→ **Exercise objective**: Up to and including the line that contains "f 194 196 318", write out each line of the material from its first line, exactly.

→ **Data for this task**:
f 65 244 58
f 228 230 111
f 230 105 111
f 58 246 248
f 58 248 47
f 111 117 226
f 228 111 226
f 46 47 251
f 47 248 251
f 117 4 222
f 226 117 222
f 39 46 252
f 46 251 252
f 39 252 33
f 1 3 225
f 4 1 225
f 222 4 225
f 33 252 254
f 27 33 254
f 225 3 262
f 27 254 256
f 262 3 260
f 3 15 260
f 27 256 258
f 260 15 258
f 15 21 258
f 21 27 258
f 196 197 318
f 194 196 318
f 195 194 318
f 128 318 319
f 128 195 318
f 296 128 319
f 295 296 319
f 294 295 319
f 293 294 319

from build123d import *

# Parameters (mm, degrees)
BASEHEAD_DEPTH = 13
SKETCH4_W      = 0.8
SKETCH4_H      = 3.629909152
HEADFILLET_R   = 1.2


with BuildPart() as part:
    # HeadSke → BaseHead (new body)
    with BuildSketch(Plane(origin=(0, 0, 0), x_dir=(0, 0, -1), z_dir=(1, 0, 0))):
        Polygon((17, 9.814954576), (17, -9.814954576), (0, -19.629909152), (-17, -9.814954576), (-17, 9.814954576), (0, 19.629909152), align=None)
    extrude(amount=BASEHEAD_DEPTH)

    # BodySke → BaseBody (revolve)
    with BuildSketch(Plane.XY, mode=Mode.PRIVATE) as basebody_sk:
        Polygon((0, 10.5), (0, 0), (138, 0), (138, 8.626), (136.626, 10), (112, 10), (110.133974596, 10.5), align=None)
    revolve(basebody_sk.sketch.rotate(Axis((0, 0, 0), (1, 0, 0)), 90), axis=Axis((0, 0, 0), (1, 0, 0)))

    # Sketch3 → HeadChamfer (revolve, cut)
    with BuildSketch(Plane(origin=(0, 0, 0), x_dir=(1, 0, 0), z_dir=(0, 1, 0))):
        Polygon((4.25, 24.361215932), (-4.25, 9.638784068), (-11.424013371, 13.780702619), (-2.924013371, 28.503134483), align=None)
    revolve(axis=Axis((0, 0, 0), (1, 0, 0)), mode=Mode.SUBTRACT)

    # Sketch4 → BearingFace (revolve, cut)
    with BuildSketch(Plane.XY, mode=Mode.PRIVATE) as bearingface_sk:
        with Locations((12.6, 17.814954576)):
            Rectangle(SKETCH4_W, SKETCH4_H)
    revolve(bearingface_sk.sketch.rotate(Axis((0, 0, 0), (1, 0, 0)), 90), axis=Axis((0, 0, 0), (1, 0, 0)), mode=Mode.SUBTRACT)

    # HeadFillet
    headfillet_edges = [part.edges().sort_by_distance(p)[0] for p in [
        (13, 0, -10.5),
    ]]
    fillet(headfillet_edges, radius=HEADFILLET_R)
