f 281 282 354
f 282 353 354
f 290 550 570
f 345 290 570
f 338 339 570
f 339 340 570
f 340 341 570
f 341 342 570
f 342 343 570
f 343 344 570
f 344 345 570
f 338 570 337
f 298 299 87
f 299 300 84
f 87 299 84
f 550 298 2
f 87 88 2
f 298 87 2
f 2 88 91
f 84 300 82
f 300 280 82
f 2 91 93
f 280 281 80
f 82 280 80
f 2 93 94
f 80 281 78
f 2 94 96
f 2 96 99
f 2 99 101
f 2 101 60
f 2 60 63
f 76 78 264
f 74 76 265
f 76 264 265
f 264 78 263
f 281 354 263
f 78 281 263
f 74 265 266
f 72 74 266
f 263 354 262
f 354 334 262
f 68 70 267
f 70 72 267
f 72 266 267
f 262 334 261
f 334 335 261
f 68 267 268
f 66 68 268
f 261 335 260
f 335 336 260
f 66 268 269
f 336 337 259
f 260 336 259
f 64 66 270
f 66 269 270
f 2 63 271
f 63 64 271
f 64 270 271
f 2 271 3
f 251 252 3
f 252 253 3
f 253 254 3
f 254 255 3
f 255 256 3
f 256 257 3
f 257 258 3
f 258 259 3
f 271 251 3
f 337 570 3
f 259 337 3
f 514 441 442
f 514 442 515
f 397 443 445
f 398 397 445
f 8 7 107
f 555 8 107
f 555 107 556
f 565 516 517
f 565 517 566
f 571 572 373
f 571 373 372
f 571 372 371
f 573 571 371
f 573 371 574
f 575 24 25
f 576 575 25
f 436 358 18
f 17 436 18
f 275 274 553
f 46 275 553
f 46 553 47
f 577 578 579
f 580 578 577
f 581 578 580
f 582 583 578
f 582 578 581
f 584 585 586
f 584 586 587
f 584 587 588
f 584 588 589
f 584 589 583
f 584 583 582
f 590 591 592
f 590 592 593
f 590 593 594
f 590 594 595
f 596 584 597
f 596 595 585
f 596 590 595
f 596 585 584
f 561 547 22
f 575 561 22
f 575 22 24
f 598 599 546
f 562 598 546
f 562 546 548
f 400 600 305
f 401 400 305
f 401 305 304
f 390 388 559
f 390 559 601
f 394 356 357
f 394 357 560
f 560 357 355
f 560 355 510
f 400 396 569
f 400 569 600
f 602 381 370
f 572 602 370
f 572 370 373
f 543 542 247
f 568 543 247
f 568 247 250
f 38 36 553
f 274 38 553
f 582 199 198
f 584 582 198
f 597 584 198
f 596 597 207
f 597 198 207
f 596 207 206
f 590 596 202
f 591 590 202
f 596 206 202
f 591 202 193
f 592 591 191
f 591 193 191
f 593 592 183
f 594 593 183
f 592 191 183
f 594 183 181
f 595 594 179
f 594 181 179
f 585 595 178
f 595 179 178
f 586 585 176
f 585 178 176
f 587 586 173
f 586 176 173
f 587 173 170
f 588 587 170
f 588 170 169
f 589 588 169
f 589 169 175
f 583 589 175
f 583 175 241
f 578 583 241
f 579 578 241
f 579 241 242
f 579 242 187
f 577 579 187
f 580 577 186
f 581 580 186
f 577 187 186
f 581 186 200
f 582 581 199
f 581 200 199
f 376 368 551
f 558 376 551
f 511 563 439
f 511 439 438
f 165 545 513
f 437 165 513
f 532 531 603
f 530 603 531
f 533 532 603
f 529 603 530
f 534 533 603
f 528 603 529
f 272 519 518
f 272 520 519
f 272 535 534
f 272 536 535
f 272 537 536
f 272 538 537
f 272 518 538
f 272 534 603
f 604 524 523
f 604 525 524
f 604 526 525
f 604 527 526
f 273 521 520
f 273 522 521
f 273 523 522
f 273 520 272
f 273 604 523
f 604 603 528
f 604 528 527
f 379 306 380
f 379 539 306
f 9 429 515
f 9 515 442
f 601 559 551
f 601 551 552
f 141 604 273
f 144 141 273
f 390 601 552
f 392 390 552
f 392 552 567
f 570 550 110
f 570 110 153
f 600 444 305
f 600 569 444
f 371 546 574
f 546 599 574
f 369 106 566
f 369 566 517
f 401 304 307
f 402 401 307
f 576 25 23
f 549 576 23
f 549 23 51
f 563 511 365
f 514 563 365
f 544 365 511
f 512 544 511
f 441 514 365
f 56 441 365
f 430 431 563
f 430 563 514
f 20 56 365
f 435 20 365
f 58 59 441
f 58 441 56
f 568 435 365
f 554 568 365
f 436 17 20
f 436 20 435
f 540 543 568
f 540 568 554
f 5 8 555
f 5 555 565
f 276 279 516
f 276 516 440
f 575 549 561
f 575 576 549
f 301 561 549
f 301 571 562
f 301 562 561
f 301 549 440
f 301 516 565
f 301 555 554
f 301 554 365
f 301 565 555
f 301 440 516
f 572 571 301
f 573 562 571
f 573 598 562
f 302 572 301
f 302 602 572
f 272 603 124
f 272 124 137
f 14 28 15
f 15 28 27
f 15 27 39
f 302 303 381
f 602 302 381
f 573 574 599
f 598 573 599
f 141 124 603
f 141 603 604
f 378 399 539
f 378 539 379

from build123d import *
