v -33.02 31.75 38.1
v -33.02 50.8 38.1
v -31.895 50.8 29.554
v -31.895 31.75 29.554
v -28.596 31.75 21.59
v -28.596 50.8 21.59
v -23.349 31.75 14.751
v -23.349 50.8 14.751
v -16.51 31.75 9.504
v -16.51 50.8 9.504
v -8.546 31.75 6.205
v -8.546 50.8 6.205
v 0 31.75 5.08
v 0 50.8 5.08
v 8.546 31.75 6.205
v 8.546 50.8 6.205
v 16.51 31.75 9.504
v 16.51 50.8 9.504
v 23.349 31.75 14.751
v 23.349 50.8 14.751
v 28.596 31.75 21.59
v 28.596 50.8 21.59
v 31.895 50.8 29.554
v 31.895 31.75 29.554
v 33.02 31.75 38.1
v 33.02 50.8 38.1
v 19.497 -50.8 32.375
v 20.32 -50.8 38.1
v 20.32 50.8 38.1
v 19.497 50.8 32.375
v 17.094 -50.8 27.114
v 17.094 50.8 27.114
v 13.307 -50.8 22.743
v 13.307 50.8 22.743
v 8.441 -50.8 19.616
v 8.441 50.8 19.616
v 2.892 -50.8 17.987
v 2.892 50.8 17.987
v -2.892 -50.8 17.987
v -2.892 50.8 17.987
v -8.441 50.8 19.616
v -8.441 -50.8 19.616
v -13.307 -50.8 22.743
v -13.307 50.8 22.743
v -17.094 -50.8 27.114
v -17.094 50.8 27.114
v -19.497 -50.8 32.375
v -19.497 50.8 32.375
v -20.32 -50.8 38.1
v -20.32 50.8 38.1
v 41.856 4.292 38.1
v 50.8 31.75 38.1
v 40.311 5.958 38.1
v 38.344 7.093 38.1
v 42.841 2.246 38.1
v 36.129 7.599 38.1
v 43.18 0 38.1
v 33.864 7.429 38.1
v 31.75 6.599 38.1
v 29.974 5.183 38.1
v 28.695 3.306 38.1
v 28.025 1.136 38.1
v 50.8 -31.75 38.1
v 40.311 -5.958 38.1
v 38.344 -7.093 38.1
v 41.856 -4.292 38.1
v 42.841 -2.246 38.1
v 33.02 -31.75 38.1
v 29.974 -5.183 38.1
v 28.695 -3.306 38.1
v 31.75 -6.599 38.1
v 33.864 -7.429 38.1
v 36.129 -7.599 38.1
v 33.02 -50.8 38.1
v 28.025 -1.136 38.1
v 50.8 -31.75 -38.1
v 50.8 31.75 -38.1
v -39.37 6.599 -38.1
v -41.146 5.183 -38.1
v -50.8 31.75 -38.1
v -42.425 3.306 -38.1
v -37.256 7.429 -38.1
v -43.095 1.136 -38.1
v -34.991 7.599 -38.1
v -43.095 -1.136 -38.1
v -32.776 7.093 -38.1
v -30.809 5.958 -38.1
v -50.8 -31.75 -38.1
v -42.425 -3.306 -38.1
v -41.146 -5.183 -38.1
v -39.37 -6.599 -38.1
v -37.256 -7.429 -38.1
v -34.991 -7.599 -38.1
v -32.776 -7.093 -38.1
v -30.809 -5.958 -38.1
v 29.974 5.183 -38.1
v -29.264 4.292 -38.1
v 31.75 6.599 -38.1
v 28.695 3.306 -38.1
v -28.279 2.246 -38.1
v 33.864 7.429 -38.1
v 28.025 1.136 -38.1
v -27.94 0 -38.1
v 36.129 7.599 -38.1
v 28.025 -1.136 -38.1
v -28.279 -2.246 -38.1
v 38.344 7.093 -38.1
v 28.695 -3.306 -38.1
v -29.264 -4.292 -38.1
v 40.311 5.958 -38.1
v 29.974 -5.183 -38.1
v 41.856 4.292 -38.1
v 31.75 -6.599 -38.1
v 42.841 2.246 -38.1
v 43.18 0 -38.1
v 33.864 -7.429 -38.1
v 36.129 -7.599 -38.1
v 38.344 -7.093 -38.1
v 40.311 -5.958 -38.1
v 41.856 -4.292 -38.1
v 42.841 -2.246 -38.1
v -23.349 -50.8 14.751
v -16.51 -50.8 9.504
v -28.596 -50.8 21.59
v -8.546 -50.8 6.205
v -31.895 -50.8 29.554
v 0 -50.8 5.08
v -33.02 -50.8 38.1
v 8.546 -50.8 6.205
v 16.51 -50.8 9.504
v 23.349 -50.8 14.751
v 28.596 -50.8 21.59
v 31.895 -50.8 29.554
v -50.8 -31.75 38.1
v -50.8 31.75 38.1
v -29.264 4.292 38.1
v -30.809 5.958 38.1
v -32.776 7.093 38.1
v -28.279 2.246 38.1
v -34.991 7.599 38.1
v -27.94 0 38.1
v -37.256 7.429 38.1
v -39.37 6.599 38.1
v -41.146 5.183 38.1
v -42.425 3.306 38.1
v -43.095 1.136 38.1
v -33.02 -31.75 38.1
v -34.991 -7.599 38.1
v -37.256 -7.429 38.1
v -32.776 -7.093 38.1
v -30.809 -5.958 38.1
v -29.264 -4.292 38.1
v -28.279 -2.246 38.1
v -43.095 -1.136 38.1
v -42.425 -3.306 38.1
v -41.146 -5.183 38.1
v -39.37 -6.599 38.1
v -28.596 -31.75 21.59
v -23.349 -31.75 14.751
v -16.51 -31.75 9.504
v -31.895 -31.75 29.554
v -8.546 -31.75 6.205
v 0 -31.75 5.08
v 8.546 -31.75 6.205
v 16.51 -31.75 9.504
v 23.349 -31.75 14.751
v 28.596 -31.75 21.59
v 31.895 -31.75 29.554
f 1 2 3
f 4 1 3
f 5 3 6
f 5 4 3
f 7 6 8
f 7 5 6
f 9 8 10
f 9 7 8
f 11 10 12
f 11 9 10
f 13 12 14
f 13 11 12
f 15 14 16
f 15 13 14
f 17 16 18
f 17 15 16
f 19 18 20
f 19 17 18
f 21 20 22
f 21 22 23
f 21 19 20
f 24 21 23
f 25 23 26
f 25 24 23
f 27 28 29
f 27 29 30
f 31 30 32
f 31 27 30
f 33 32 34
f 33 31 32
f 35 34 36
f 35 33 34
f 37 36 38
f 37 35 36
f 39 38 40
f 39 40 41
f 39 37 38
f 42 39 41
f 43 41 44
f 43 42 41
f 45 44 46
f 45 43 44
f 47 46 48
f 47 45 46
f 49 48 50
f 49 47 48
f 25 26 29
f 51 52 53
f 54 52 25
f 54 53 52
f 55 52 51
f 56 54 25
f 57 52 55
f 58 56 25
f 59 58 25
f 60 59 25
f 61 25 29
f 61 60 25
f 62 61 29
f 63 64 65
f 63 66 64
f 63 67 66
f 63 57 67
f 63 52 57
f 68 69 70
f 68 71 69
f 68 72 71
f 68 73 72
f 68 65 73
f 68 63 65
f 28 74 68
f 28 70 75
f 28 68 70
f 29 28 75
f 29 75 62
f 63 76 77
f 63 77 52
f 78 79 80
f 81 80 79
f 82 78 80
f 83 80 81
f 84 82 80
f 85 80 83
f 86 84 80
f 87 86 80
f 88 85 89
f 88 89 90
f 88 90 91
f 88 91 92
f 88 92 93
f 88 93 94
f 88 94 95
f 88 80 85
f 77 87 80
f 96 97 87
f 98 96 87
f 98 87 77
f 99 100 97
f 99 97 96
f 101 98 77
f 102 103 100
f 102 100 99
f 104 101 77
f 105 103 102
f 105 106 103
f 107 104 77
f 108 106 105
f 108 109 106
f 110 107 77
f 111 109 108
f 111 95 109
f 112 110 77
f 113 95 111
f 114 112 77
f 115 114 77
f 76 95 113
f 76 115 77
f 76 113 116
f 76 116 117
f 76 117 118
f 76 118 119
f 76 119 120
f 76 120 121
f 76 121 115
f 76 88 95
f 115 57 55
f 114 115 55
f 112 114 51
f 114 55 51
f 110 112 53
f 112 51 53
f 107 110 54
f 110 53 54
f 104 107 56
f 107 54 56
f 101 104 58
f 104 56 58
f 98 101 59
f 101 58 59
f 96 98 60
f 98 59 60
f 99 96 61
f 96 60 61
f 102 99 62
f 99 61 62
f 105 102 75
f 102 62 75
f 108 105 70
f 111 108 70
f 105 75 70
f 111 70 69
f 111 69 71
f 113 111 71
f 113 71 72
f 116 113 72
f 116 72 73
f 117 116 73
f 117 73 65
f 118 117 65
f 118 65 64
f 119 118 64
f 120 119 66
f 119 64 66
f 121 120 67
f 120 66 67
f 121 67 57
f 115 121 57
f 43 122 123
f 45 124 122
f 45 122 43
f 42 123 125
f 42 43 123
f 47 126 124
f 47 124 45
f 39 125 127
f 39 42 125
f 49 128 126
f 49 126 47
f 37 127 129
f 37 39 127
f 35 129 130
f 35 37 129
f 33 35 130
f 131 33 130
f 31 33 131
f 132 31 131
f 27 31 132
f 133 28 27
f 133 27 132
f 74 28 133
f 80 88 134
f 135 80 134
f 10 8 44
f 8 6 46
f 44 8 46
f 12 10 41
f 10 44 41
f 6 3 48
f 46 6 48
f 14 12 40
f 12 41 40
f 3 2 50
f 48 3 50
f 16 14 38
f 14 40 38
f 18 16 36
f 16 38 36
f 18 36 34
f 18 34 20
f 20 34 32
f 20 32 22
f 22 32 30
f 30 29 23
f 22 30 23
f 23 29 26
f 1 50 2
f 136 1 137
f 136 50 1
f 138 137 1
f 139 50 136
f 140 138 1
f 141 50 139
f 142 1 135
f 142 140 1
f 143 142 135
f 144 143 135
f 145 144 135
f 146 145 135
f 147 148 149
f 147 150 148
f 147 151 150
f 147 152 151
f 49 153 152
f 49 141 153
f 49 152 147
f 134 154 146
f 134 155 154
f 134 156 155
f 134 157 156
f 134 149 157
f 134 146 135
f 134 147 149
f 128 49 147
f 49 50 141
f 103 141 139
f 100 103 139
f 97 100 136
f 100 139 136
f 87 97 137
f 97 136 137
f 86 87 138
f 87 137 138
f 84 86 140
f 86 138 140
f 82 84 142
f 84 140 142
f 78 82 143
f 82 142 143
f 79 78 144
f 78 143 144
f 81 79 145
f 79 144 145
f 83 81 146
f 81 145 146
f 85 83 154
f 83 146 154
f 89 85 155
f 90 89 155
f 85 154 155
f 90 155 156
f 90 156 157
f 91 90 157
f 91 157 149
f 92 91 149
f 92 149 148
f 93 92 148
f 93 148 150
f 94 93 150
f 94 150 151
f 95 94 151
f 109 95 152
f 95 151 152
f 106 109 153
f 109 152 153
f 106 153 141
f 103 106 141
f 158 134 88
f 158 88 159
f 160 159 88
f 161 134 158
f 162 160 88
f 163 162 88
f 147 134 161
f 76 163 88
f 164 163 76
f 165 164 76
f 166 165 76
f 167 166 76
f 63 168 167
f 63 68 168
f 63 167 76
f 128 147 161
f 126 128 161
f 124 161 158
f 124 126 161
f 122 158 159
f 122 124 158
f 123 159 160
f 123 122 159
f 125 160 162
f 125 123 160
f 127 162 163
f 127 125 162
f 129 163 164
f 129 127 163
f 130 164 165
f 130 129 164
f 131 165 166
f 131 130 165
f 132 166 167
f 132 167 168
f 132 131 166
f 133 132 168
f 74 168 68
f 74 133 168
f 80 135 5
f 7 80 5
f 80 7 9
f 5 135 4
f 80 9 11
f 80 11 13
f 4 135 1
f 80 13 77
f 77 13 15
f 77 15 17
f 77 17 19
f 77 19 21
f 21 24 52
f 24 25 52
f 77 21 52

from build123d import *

# Parameters (mm, degrees)
F0_W     = 101.6
F0_H     = 76.2
F1_DEPTH = 31.75
F3_DEPTH = 50.8
F5_DEPTH = 76.2
F6_R     = 7.62
F7_DEPTH = 76.2


with BuildPart() as f1:
    # F0 (on Front) → F1 (new body, symmetric)
    with BuildSketch(Plane.XZ):
        Rectangle(F0_W, F0_H)
    extrude(amount=F1_DEPTH, both=True)

    # F2 (on Front) → F3 (join, symmetric)
    with BuildSketch(Plane.XZ):
        with BuildLine():
            ThreePointArc((20.32, 38.1), (0, 17.78), (-20.32, 38.1))
            Line((-20.32, 38.1), (-33.02, 38.1))
            ThreePointArc((-33.02, 38.1), (0, 5.08), (33.02, 38.1))
            Line((33.02, 38.1), (20.32, 38.1))
        make_face()
    extrude(amount=F3_DEPTH, both=True)

    # F4 (on face) → F5 (cut)
    with BuildSketch(Plane.XZ.offset(31.75)):
        with BuildLine():
            Line((20.32, 38.1), (-20.32, 38.1))
            ThreePointArc((-20.32, 38.1), (0, 17.78), (20.32, 38.1))
        make_face()
    extrude(amount=-F5_DEPTH, mode=Mode.SUBTRACT)

    # F6 (on face) → F7 (cut)
    with BuildSketch(Plane.XY.offset(38.1)):
        with Locations((-35.56, 0)):
            Circle(F6_R)
        with Locations((35.56, 0)):
            Circle(F6_R)
    extrude(amount=-F7_DEPTH, mode=Mode.SUBTRACT)


solid = f1.part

→ **Task response**:
f 65 244 58
f 228 230 111
f 230 105 111
f 58 246 248
f 58 248 47
f 111 117 226
f 228 111 226
f 46 47 251
f 47 248 251
f 117 4 222
f 226 117 222
f 39 46 252
f 46 251 252
f 39 252 33
f 1 3 225
f 4 1 225
f 222 4 225
f 33 252 254
f 27 33 254
f 225 3 262
f 27 254 256
f 262 3 260
f 3 15 260
f 27 256 258
f 260 15 258
f 15 21 258
f 21 27 258
f 196 197 318
f 194 196 318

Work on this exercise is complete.